Per ritrovare equilibrio tra libertà, economia, giustizia.

Prof. Paolo Rizzi

Prof. Paolo Rizzi

All’importante appuntamento dedicato all’approfondimento delle linee guida del Messaggio per la Giornata della Pace 2022 a cura di S.E. Mons. Mario Toso domenica 4 gennaio, nell’ambito degli incontri promossi dalla Fraternità Francescana Frate Jacopa e dalla Parrocchia S. Maria Annunziata di Fossolo è continuata l’attenzione al Messaggio domenica 16 gennaio con un focus sul tema della cittadinanza e educazione alla pace per lo sviluppo della corresponsabilità necessaria ad una convivenza più giusta e fraterna, ordinata alla pace. Pubblichiamo di seguito la stimolante riflessione proposta dal Prof. Paolo Rizzi, docente di politica economica dell’Università Cattolica di Piacenza e Coordinatore “Cives”.
Segnaliamo che è possibile visionare sulla pagina youtubefraternitàfrancescanafratejacopa la registrazione video, completa del vivace dibattito intervenuto.

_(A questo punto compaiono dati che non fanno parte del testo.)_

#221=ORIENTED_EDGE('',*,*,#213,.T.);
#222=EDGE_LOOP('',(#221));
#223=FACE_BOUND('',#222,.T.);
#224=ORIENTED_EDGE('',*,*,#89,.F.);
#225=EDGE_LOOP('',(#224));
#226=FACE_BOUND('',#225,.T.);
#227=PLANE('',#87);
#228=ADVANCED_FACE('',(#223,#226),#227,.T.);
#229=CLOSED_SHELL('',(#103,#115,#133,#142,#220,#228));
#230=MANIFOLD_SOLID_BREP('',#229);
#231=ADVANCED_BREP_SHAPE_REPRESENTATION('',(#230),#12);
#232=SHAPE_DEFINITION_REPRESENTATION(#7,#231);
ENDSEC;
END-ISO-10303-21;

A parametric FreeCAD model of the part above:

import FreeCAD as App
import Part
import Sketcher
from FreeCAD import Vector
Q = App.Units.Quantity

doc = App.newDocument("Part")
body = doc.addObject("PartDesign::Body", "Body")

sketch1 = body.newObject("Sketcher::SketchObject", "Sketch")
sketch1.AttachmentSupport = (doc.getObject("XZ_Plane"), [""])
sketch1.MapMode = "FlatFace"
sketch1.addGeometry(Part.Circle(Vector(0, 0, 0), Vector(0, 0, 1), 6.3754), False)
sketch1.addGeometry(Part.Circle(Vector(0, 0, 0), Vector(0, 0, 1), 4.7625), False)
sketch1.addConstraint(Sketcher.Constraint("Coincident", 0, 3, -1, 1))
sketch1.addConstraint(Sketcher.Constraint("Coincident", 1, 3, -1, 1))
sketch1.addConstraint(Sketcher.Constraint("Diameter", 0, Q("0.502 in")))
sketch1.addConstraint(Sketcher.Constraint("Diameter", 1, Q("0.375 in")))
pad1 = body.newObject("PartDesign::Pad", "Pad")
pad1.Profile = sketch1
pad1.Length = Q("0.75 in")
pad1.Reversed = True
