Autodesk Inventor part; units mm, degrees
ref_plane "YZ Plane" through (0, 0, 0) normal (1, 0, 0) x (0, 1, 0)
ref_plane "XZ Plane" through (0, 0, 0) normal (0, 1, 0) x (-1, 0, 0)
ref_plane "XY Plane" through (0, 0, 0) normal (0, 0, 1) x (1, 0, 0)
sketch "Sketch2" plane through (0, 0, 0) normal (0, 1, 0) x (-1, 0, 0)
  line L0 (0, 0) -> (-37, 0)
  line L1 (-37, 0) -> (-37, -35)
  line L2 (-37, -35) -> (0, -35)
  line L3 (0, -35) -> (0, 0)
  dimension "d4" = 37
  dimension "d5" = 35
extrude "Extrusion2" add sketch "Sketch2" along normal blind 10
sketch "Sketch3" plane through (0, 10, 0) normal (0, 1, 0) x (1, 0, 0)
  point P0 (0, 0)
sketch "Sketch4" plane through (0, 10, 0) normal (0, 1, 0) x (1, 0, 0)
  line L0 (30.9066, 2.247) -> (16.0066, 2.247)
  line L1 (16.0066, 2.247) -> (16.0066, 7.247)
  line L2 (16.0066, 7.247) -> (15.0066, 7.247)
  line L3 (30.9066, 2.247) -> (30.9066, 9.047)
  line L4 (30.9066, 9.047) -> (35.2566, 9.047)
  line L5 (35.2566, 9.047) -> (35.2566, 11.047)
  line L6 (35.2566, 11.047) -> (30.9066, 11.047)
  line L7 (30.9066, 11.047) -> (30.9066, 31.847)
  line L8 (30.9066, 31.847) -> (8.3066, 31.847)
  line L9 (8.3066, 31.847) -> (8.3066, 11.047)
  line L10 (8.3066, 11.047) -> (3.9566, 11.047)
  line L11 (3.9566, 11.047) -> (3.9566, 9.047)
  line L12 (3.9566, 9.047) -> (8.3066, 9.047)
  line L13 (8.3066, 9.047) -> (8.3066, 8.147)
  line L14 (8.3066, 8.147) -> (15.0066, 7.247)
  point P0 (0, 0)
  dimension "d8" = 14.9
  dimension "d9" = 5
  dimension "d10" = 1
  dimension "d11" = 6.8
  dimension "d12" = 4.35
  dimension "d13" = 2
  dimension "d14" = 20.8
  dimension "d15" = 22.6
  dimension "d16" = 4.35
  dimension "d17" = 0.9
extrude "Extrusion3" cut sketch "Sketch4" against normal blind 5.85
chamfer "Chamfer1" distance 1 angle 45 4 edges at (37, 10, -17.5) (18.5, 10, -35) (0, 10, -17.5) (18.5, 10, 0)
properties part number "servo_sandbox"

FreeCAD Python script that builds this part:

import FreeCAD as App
import Part
import Sketcher
from FreeCAD import Vector


def edges_at(feature, points):
    """Names of the edges that pass closest to the given points."""
    edges = feature.Shape.Edges
    near = lambda p: min(range(len(edges)), key=lambda i: edges[i].distToShape(Part.Vertex(*p))[0])
    return sorted({f"Edge{near(p) + 1}" for p in points})


def add_polygon(sketch, points):
    """Adds a closed chain of lines whose ends are joined by coincident constraints."""
    first, n = sketch.GeometryCount, len(points)
    for a, b in zip(points, points[1:] + points[:1]):
        sketch.addGeometry(Part.LineSegment(App.Vector(*a, 0), App.Vector(*b, 0)), False)
    for i in range(n):
        sketch.addConstraint(Sketcher.Constraint("Coincident", first + i, 2, first + (i + 1) % n, 1))

doc = App.newDocument("Part")
body = doc.addObject("PartDesign::Body", "Body")

sketch1 = body.newObject("Sketcher::SketchObject", "Sketch")
sketch1.AttachmentSupport = (doc.getObject("XZ_Plane"), [""])
sketch1.MapMode = "FlatFace"
add_polygon(sketch1, [(0, -35), (0, 0), (37, 0), (37, -35)])
sketch1.addConstraint([
    Sketcher.Constraint("Vertical", 0),
    Sketcher.Constraint("Horizontal", 1),
    Sketcher.Constraint("Vertical", 2),
    Sketcher.Constraint("Horizontal", 3),
    Sketcher.Constraint("Coincident", 0, 2, -1, 1),
    Sketcher.Constraint("DistanceX", 1, 1, 1, 2, 37.0),
    Sketcher.Constraint("DistanceY", 0, 1, 0, 2, 35.0),
])
pad1 = body.newObject("PartDesign::Pad", "Pad")
pad1.Profile = sketch1
pad1.Length = 10
pad1.Reversed = True

sketch2 = body.newObject("Sketcher::SketchObject", "Sketch001")
sketch2.AttachmentSupport = (doc.getObject("XZ_Plane"), [""])
sketch2.MapMode = "FlatFace"
sketch2.AttachmentOffset = App.Placement(Vector(0, 0, -10), App.Rotation())
add_polygon(sketch2, [(16.0066, -2.247), (30.9066, -2.247), (30.9066, -9.047), (35.2566, -9.047), (35.2566, -11.047), (30.9066, -11.047), (30.9066, -31.847), (8.3066, -31.847), (8.3066, -11.047), (3.9566, -11.047), (3.9566, -9.047), (8.3066, -9.047), (8.3066, -8.147), (15.0066, -7.247), (16.0066, -7.247)])
sketch2.addConstraint([
    Sketcher.Constraint("Horizontal", 0),
    Sketcher.Constraint("Vertical", 1),
    Sketcher.Constraint("Horizontal", 2),
    Sketcher.Constraint("Vertical", 3),
    Sketcher.Constraint("Horizontal", 4),
    Sketcher.Constraint("Vertical", 5),
    Sketcher.Constraint("Horizontal", 6),
    Sketcher.Constraint("Vertical", 7),
    Sketcher.Constraint("Horizontal", 8),
    Sketcher.Constraint("Vertical", 9),
    Sketcher.Constraint("Horizontal", 10),
    Sketcher.Constraint("Vertical", 11),
    Sketcher.Constraint("Horizontal", 13),
    Sketcher.Constraint("Vertical", 14),
    Sketcher.Constraint("Horizontal", 4, 2, 7, 2),
    Sketcher.Constraint("Horizontal", 2, 2, 9, 2),
    Sketcher.Constraint("Vertical", 1, 2, 4, 2),
    Sketcher.Constraint("Vertical", 7, 2, 10, 2),
    Sketcher.Constraint("Equal", 4, 8),
    Sketcher.Constraint("DistanceX", 13, 1, 13, 2, 1.0),
    Sketcher.Constraint("DistanceY", 3, 2, 3, 1, 2.0),
    Sketcher.Constraint("DistanceY", 14, 1, 14, 2, 5.0),
    Sketcher.Constraint("DistanceX", 0, 1, 0, 2, 14.9),
    Sketcher.Constraint("DistanceX", 6, 2, 6, 1, 22.6),
    Sketcher.Constraint("DistanceY", 1, 2, 1, 1, 6.8),
    Sketcher.Constraint("DistanceY", 5, 2, 5, 1, 20.8),
    Sketcher.Constraint("DistanceY", 11, 1, 11, 2, 0.9),
    Sketcher.Constraint("DistanceX", 2, 1, 2, 2, 4.35),
    Sketcher.Constraint("DistanceY", 0, 2, -1, 1, 2.247),
    Sketcher.Constraint("DistanceX", -1, 1, 0, 2, 30.9066),
])
pocket1 = body.newObject("PartDesign::Pocket", "Pocket")
pocket1.Profile = sketch2
pocket1.Length = 5.85
pocket1.Reversed = True
doc.recompute()

chamfer = body.newObject("PartDesign::Chamfer", "Chamfer")
chamfer.Base = (pocket1, edges_at(pocket1, [
    (37, 10, -17.5),
    (18.5, 10, -35),
    (0, 10, -17.5),
    (18.5, 10, 0),
]))
chamfer.Size = 1

doc.recompute()
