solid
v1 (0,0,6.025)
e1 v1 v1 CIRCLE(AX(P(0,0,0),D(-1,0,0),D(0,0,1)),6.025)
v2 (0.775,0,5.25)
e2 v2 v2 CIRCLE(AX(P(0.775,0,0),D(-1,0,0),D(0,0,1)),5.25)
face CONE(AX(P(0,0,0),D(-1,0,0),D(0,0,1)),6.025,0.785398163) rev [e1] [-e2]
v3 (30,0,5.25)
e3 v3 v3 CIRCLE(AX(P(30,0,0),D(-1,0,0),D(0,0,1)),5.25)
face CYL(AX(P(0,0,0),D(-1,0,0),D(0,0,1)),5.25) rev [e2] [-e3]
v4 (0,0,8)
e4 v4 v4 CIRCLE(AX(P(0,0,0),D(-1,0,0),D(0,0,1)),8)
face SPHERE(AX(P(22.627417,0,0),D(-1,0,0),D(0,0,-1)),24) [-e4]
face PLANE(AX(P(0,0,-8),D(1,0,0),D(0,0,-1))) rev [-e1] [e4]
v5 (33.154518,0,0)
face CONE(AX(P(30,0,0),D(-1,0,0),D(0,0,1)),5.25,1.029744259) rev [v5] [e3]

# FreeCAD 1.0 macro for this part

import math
import FreeCAD as App
import Part
import Sketcher

doc = App.newDocument("Part")
body = doc.addObject("PartDesign::Body", "Body")

sketch1 = body.newObject("Sketcher::SketchObject", "Sketch")
sketch1.AttachmentSupport = (doc.getObject("XZ_Plane"), [""])
sketch1.MapMode = "FlatFace"
sketch1.addGeometry([
    Part.LineSegment(App.Vector(0, 0, 0), App.Vector(47, 0, 0)),
    Part.ArcOfCircle(Part.Circle(App.Vector(23, 0, 0), App.Vector(0, 0, 1), 24), math.radians(-161), math.radians(0)),
    Part.LineSegment(App.Vector(0, -8, 0), App.Vector(0, 0, 0)),
], False)
sketch1.addConstraint([
    Sketcher.Constraint("Coincident", 0, 2, 1, 2),
    Sketcher.Constraint("Coincident", 1, 1, 2, 1),
    Sketcher.Constraint("Coincident", 2, 2, 0, 1),
    Sketcher.Constraint("Horizontal", 0),
    Sketcher.Constraint("Vertical", 2),
    Sketcher.Constraint("Coincident", 2, 2, -1, 1),
    Sketcher.Constraint("PointOnObject", 1, 3, -1),
    Sketcher.Constraint("Radius", 1, 24.0),
    Sketcher.Constraint("DistanceY", 2, 1, 2, 2, 8.0),
])
revolution = body.newObject("PartDesign::Revolution", "Revolution")
revolution.Profile = sketch1
revolution.ReferenceAxis = (sketch1, ["H_Axis"])
revolution.Angle = 360

sketch2 = body.newObject("Sketcher::SketchObject", "Sketch001")
sketch2.AttachmentSupport = (doc.getObject("YZ_Plane"), [""])
sketch2.MapMode = "FlatFace"
sketch2.addGeometry(Part.Circle(App.Vector(0, 0, 0), App.Vector(0, 0, 1), 5), False)
sketch2.addConstraint([
    Sketcher.Constraint("Coincident", 0, 3, -1, 1),
    Sketcher.Constraint("Diameter", 0, 10.5),
])
doc.recompute()
hole = body.newObject("PartDesign::Hole", "Hole")
hole.Profile = sketch2
hole.ThreadType = "None"
hole.Diameter = 10.5
hole.DepthType = "Dimension"
hole.Depth = 30
hole.DrillPoint = "Angled"
hole.DrillPointAngle = 118
hole.HoleCutType = "Countersink"
hole.HoleCutDiameter = 12.05
hole.HoleCutCountersinkAngle = 90
hole.Reversed = True

doc.recompute()
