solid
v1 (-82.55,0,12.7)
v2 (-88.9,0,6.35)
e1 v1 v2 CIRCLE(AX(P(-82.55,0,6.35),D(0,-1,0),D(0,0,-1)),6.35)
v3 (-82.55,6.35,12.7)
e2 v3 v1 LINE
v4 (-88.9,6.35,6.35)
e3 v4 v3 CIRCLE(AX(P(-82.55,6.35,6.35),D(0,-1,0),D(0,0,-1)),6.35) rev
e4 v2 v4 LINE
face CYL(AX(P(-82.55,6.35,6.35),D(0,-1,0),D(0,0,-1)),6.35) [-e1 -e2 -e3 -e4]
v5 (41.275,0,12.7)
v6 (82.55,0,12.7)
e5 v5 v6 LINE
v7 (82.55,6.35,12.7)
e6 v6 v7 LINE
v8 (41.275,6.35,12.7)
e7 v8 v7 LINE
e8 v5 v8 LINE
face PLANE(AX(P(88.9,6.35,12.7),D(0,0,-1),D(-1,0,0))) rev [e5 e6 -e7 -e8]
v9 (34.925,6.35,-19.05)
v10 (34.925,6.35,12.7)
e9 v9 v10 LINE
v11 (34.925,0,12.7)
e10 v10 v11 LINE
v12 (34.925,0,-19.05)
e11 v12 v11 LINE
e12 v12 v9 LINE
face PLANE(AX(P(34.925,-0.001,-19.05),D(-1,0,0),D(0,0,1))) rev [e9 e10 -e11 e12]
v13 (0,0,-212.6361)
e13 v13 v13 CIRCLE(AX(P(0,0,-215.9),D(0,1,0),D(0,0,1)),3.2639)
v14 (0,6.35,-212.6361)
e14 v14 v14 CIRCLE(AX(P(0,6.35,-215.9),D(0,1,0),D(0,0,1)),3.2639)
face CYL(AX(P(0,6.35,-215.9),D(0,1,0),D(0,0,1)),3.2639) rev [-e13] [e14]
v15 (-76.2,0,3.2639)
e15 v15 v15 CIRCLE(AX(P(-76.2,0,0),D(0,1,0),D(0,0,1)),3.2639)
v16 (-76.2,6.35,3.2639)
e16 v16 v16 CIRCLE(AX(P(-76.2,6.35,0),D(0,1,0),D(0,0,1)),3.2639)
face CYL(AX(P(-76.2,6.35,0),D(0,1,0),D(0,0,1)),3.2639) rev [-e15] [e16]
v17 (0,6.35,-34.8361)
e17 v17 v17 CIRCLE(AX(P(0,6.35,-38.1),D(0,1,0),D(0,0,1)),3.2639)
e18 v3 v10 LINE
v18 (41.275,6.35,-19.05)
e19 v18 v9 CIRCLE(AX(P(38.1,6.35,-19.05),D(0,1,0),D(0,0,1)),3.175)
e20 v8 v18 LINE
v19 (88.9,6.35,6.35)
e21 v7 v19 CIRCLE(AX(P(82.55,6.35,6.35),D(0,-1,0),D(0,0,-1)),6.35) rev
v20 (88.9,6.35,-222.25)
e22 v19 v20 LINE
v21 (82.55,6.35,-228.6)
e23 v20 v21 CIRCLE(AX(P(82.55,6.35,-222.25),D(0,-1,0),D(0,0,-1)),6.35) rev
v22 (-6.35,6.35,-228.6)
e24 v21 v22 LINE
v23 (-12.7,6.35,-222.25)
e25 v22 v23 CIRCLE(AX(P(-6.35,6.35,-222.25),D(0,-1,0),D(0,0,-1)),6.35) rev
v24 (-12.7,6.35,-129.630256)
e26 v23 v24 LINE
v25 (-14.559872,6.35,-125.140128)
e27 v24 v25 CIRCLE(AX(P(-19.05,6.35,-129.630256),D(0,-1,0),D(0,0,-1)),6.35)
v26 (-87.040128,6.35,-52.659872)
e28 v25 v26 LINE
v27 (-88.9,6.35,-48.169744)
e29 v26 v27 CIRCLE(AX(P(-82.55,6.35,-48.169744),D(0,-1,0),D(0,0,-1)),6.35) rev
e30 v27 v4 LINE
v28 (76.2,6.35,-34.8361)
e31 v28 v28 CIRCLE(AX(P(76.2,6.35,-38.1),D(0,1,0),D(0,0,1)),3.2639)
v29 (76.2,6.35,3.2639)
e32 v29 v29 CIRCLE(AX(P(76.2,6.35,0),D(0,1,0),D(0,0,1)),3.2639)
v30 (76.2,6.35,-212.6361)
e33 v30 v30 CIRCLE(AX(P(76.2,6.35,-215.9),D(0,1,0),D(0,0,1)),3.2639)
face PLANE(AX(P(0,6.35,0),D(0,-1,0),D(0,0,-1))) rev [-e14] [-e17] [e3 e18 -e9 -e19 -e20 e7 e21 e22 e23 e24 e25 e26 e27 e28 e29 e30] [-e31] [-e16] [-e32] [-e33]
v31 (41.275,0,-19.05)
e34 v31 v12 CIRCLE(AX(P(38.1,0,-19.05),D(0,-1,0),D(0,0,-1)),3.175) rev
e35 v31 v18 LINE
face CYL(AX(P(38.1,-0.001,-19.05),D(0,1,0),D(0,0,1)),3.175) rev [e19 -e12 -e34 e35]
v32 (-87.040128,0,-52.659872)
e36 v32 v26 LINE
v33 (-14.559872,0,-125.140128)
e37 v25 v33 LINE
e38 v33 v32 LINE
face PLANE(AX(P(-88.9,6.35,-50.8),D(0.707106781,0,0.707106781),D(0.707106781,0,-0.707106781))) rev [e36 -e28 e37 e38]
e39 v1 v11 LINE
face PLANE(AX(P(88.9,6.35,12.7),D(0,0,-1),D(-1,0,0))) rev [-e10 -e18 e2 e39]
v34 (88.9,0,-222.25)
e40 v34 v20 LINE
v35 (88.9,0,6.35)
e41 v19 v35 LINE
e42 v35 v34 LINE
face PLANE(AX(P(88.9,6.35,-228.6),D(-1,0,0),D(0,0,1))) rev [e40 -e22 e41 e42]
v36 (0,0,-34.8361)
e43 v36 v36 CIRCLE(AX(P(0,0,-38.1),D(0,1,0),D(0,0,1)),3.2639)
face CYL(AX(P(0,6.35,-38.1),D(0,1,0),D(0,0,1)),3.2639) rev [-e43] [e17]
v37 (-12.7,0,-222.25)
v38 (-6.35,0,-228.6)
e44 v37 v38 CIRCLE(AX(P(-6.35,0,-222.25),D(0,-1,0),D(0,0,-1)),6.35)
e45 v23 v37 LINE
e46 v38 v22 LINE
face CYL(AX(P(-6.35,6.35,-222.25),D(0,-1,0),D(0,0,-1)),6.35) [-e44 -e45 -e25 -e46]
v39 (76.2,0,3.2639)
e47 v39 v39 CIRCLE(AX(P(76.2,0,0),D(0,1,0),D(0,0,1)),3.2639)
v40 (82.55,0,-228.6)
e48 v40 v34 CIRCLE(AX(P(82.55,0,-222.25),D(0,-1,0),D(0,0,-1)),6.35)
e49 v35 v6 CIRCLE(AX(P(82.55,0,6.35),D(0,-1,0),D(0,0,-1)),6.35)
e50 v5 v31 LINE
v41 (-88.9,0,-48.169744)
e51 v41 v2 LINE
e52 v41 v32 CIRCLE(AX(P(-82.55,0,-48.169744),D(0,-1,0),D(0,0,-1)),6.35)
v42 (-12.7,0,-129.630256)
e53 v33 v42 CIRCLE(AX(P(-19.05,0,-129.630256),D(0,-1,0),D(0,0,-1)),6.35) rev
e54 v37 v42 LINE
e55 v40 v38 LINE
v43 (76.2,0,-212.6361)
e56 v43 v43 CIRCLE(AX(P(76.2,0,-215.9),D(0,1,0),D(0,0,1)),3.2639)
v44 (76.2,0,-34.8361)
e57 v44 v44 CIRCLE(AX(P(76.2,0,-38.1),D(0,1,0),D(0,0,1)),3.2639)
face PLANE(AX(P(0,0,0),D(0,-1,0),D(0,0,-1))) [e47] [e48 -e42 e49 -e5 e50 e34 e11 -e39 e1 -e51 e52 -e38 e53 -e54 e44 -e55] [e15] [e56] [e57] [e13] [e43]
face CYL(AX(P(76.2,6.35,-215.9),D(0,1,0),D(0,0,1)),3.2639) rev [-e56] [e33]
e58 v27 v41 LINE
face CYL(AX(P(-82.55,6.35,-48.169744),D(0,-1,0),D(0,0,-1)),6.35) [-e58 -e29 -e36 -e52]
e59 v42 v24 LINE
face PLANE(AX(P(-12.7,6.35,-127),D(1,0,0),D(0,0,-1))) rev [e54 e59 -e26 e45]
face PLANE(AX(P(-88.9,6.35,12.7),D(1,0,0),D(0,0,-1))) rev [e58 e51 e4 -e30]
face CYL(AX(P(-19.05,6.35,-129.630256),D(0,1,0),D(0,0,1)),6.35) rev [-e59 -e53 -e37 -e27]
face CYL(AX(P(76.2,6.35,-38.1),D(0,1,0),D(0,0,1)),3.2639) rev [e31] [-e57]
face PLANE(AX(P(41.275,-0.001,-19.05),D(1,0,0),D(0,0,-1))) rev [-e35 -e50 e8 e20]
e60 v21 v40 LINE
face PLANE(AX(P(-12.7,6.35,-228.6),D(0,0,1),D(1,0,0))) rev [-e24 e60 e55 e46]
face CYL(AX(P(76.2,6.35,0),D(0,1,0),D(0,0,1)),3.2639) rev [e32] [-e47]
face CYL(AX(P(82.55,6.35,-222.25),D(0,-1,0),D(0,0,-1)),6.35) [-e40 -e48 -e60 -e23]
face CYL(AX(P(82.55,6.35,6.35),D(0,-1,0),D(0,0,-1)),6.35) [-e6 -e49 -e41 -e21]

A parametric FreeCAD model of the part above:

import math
import FreeCAD as App
import Part
import Sketcher
Q = App.Units.Quantity


def edges_at(feature, points):
    """Names of the edges that pass closest to the given points."""
    edges = feature.Shape.Edges
    near = lambda p: min(range(len(edges)), key=lambda i: edges[i].distToShape(Part.Vertex(*p))[0])
    return sorted({f"Edge{near(p) + 1}" for p in points})


def add_polygon(sketch, points):
    """Adds a closed chain of lines whose ends are joined by coincident constraints."""
    first, n = sketch.GeometryCount, len(points)
    for a, b in zip(points, points[1:] + points[:1]):
        sketch.addGeometry(Part.LineSegment(App.Vector(*a, 0), App.Vector(*b, 0)), False)
    for i in range(n):
        sketch.addConstraint(Sketcher.Constraint("Coincident", first + i, 2, first + (i + 1) % n, 1))

doc = App.newDocument("Part")
params = doc.addObject("Spreadsheet::Sheet", "Params")
for row, (alias, value) in enumerate([
    ("sketch1_width", "4 in"),
    ("sketch1_width2", "7 in"),
    ("sketch1_height", "2.5 in"),
    ("sketch1_height2", "9.5 in"),
    ("pad1_length", "0.25 in"),
    ("sketch2_diameter", "0.257 in"),
    ("hole_diameter", "0.257 in"),
    ("hole_depth", "0.25 in"),
    ("fillet_radius", "0.25 in"),
    ("sketch3_radius", "0.125 in"),
    ("sketch3_height", "1.25 in"),
], start=1):
    params.set(f"A{row}", alias)
    params.set(f"B{row}", "=" + value)
    params.setAlias(f"B{row}", alias)

body = doc.addObject("PartDesign::Body", "Body")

Educazione alla cittadinanza. Il contributo della Chiesa
Negli ultimi anni l’esigenza di introdurre o rafforzare l’educazione alla cittadinanza è diventata sempre più forte nei paesi occidentali, colpiti da sfide epocali: le difficoltà del sistema politico e istituzionali con nuove spinte a forme più o meno accentuate di sovranismo e populismo; l’erosione del capitale sociale e della fiducia nelle istituzioni pubbliche; il riaccendersi di squilibri geopolitici sia in Europa (crisi balcanica, Ucraina) che nel Sud del mondo; gli effetti incerti della pandemia da Covid19 sulla psicologia collettiva; la continua minaccia del terrorismo islamico e della violenza civile nelle società avanzate.
Anche in Italia con la legge 92 del 2019 l’educazione civica è stata reintrodotta nelle scuole di ogni ordine, dopo le indicazioni anche a livello europeo. I temi centrali del quadro disciplinare sono lo studio della Costituzione per comprendere l’architettura istituzionale e i valori fondandi della vita democratica del nostro paese; lo sviluppo sostenibile per applicare anche in Italia gli obiettivi dell’Agenda 2030 dell’Onu; la cittadinanza digitale per dotare i futuri cittadini di capacità di utilizzare in modo critico e responsabile i nuovi mezzi di comunicazione virtuali.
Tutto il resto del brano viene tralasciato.